Data records
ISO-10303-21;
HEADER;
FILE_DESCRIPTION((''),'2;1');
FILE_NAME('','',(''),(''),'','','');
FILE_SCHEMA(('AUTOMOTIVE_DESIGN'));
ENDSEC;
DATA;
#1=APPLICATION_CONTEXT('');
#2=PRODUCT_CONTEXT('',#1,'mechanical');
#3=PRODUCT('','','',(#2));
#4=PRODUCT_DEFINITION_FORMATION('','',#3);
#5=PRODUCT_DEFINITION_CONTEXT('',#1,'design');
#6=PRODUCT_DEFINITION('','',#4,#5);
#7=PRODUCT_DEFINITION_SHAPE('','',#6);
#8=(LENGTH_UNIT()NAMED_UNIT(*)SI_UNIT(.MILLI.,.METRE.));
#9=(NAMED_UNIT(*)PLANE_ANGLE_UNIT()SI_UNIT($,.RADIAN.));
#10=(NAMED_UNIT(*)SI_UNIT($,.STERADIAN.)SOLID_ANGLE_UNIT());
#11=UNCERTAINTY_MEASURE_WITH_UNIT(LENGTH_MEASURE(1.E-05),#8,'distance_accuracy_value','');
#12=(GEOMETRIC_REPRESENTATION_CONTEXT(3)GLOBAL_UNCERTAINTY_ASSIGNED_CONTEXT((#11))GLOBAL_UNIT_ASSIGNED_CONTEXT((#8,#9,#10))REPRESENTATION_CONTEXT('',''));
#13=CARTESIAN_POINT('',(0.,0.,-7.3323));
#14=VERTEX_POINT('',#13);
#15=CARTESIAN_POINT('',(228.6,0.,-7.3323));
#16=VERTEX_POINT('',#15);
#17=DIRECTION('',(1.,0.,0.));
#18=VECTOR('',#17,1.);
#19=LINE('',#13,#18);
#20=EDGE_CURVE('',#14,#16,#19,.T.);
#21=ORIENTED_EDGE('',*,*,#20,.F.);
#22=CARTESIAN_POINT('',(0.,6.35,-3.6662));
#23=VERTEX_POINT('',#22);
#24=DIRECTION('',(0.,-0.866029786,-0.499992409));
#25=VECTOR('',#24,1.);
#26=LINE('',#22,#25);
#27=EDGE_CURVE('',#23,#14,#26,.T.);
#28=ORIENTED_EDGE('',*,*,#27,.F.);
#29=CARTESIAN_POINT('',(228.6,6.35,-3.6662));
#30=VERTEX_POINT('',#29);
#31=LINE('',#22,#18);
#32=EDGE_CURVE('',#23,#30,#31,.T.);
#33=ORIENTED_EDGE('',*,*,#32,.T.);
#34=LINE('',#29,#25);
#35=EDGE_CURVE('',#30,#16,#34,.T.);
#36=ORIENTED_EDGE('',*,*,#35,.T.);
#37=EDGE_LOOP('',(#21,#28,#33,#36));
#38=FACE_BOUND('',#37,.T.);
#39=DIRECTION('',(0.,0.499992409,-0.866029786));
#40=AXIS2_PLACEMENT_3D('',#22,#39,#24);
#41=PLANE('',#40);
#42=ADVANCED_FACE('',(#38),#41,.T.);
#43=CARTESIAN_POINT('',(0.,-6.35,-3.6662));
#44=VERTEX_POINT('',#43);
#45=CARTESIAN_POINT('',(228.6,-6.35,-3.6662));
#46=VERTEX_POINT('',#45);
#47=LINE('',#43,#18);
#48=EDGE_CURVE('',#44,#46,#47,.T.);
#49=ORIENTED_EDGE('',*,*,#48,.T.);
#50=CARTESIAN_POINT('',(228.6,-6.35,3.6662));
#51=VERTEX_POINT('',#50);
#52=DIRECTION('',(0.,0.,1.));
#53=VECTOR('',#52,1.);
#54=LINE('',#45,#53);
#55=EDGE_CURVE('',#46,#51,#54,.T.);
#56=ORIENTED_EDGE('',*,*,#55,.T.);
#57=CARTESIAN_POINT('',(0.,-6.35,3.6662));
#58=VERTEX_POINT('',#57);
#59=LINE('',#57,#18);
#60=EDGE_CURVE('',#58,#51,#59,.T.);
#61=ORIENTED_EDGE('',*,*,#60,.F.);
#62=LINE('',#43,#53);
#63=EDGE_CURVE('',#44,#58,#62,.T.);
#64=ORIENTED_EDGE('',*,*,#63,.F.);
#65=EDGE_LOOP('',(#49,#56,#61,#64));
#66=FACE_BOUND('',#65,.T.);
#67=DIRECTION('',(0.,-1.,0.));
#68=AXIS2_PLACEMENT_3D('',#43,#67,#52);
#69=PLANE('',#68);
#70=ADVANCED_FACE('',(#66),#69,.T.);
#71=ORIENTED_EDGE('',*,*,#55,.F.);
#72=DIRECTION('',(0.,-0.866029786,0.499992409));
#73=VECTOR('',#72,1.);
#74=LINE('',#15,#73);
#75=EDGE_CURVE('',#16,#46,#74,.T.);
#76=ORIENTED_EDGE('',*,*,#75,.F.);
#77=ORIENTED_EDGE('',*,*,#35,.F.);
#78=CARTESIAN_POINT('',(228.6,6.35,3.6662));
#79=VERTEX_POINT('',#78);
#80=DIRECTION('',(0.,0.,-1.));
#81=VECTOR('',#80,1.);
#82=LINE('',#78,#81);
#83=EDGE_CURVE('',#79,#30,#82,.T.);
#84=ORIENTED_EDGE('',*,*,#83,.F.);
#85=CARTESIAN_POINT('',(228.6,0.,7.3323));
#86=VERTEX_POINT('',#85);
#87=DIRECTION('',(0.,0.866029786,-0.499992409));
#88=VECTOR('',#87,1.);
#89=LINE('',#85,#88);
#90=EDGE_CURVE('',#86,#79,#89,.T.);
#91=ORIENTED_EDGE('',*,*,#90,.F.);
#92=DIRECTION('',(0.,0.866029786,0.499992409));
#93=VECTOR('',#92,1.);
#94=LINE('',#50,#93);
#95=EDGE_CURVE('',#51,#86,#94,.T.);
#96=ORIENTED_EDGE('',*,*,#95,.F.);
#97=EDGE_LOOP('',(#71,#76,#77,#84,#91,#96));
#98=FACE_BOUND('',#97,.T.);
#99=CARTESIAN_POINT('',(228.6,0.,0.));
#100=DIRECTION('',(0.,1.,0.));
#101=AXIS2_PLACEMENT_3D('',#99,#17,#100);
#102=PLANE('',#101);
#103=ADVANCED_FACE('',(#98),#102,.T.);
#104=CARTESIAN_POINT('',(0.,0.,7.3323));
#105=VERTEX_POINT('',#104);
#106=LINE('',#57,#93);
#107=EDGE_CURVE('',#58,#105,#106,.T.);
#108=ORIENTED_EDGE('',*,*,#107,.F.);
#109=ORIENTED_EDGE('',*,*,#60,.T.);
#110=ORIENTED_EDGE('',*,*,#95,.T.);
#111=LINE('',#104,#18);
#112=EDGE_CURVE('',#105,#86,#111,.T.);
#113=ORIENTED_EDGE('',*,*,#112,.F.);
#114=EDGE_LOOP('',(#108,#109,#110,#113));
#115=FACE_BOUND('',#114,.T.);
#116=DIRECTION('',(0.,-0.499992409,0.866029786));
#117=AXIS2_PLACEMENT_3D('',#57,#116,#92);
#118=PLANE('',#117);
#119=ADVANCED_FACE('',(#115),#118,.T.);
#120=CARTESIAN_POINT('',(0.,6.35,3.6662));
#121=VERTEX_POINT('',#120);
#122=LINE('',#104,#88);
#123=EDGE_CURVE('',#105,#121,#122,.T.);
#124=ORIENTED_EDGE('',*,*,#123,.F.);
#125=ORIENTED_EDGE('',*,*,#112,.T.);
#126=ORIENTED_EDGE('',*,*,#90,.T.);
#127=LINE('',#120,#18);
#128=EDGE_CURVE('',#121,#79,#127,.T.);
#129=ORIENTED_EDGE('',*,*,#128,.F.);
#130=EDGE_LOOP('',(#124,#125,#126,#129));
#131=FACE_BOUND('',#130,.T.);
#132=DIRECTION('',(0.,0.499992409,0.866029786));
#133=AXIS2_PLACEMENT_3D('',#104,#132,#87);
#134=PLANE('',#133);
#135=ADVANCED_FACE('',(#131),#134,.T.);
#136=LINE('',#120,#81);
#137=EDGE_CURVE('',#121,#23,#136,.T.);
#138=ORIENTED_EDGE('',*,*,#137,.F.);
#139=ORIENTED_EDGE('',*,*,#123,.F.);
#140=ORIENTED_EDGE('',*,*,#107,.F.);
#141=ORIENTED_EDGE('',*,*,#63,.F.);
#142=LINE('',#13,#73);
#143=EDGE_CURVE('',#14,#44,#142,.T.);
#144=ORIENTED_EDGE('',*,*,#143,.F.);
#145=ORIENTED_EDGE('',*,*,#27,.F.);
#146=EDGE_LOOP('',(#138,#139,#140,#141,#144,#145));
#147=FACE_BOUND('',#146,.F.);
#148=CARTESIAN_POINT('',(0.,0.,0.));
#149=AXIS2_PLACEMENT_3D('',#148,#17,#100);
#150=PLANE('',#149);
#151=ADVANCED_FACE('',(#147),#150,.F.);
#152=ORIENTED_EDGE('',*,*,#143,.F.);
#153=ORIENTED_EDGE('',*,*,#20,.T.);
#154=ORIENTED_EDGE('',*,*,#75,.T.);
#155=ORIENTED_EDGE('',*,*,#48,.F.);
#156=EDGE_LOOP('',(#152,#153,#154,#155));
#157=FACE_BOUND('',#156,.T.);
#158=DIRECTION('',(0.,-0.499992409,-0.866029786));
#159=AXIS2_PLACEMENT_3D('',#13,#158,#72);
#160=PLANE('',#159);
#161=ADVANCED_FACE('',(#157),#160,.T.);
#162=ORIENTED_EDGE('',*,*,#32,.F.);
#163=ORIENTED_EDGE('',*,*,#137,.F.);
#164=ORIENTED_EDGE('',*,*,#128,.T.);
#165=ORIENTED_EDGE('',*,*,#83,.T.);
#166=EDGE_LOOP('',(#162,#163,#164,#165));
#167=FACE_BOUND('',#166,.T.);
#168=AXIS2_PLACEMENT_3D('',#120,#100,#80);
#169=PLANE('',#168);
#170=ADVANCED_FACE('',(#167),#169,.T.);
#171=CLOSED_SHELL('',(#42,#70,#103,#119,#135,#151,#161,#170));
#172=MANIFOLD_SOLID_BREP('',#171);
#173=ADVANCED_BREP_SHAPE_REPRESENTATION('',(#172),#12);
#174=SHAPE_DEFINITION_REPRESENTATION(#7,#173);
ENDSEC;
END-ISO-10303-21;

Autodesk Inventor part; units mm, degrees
ref_plane "YZ Plane" through (0, 0, 0) normal (1, 0, 0) x (0, 1, 0)
ref_plane "XZ Plane" through (0, 0, 0) normal (0, 1, 0) x (-1, 0, 0)
ref_plane "XY Plane" through (0, 0, 0) normal (0, 0, 1) x (1, 0, 0)
sketch "Sketch1" plane through (0, 0, 0) normal (1, 0, 0) x (0, 1, 0)
  line L0 (0, -7.3323) -> (-6.35, -3.6662)
  line L1 (-6.35, -3.6662) -> (-6.35, 3.6662)
  line L2 (-6.35, 3.6662) -> (0, 7.3323)
  line L3 (0, 7.3323) -> (6.35, 3.6662)
  line L4 (6.35, 3.6662) -> (6.35, -3.6662)
  line L5 (6.35, -3.6662) -> (0, -7.3323)
  point P0 (0, 0)
  point P1 (0, 0)
  dimension "d0" = 12.7
extrude "Extrusion1" add sketch "Sketch1" along normal blind 228.6
properties part number "9in-0.5inHexAxel"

*YOUR OBJECTIVE*. Please reproduce, exactly as written, the lines of the records from the first line through the one containing "#21=ORIENTED_EDGE('',*,*,#20,.F.);".

*EXERCISE RESPONSE*.
ISO-10303-21;
HEADER;
FILE_DESCRIPTION((''),'2;1');
FILE_NAME('','',(''),(''),'','','');
FILE_SCHEMA(('AUTOMOTIVE_DESIGN'));
ENDSEC;
DATA;
#1=APPLICATION_CONTEXT('');
#2=PRODUCT_CONTEXT('',#1,'mechanical');
#3=PRODUCT('','','',(#2));
#4=PRODUCT_DEFINITION_FORMATION('','',#3);
#5=PRODUCT_DEFINITION_CONTEXT('',#1,'design');
#6=PRODUCT_DEFINITION('','',#4,#5);
#7=PRODUCT_DEFINITION_SHAPE('','',#6);
#8=(LENGTH_UNIT()NAMED_UNIT(*)SI_UNIT(.MILLI.,.METRE.));
#9=(NAMED_UNIT(*)PLANE_ANGLE_UNIT()SI_UNIT($,.RADIAN.));
#10=(NAMED_UNIT(*)SI_UNIT($,.STERADIAN.)SOLID_ANGLE_UNIT());
#11=UNCERTAINTY_MEASURE_WITH_UNIT(LENGTH_MEASURE(1.E-05),#8,'distance_accuracy_value','');
#12=(GEOMETRIC_REPRESENTATION_CONTEXT(3)GLOBAL_UNCERTAINTY_ASSIGNED_CONTEXT((#11))GLOBAL_UNIT_ASSIGNED_CONTEXT((#8,#9,#10))REPRESENTATION_CONTEXT('',''));
#13=CARTESIAN_POINT('',(0.,0.,-7.3323));
#14=VERTEX_POINT('',#13);
#15=CARTESIAN_POINT('',(228.6,0.,-7.3323));
#16=VERTEX_POINT('',#15);
#17=DIRECTION('',(1.,0.,0.));
#18=VECTOR('',#17,1.);
#19=LINE('',#13,#18);
#20=EDGE_CURVE('',#14,#16,#19,.T.);
#21=ORIENTED_EDGE('',*,*,#20,.F.);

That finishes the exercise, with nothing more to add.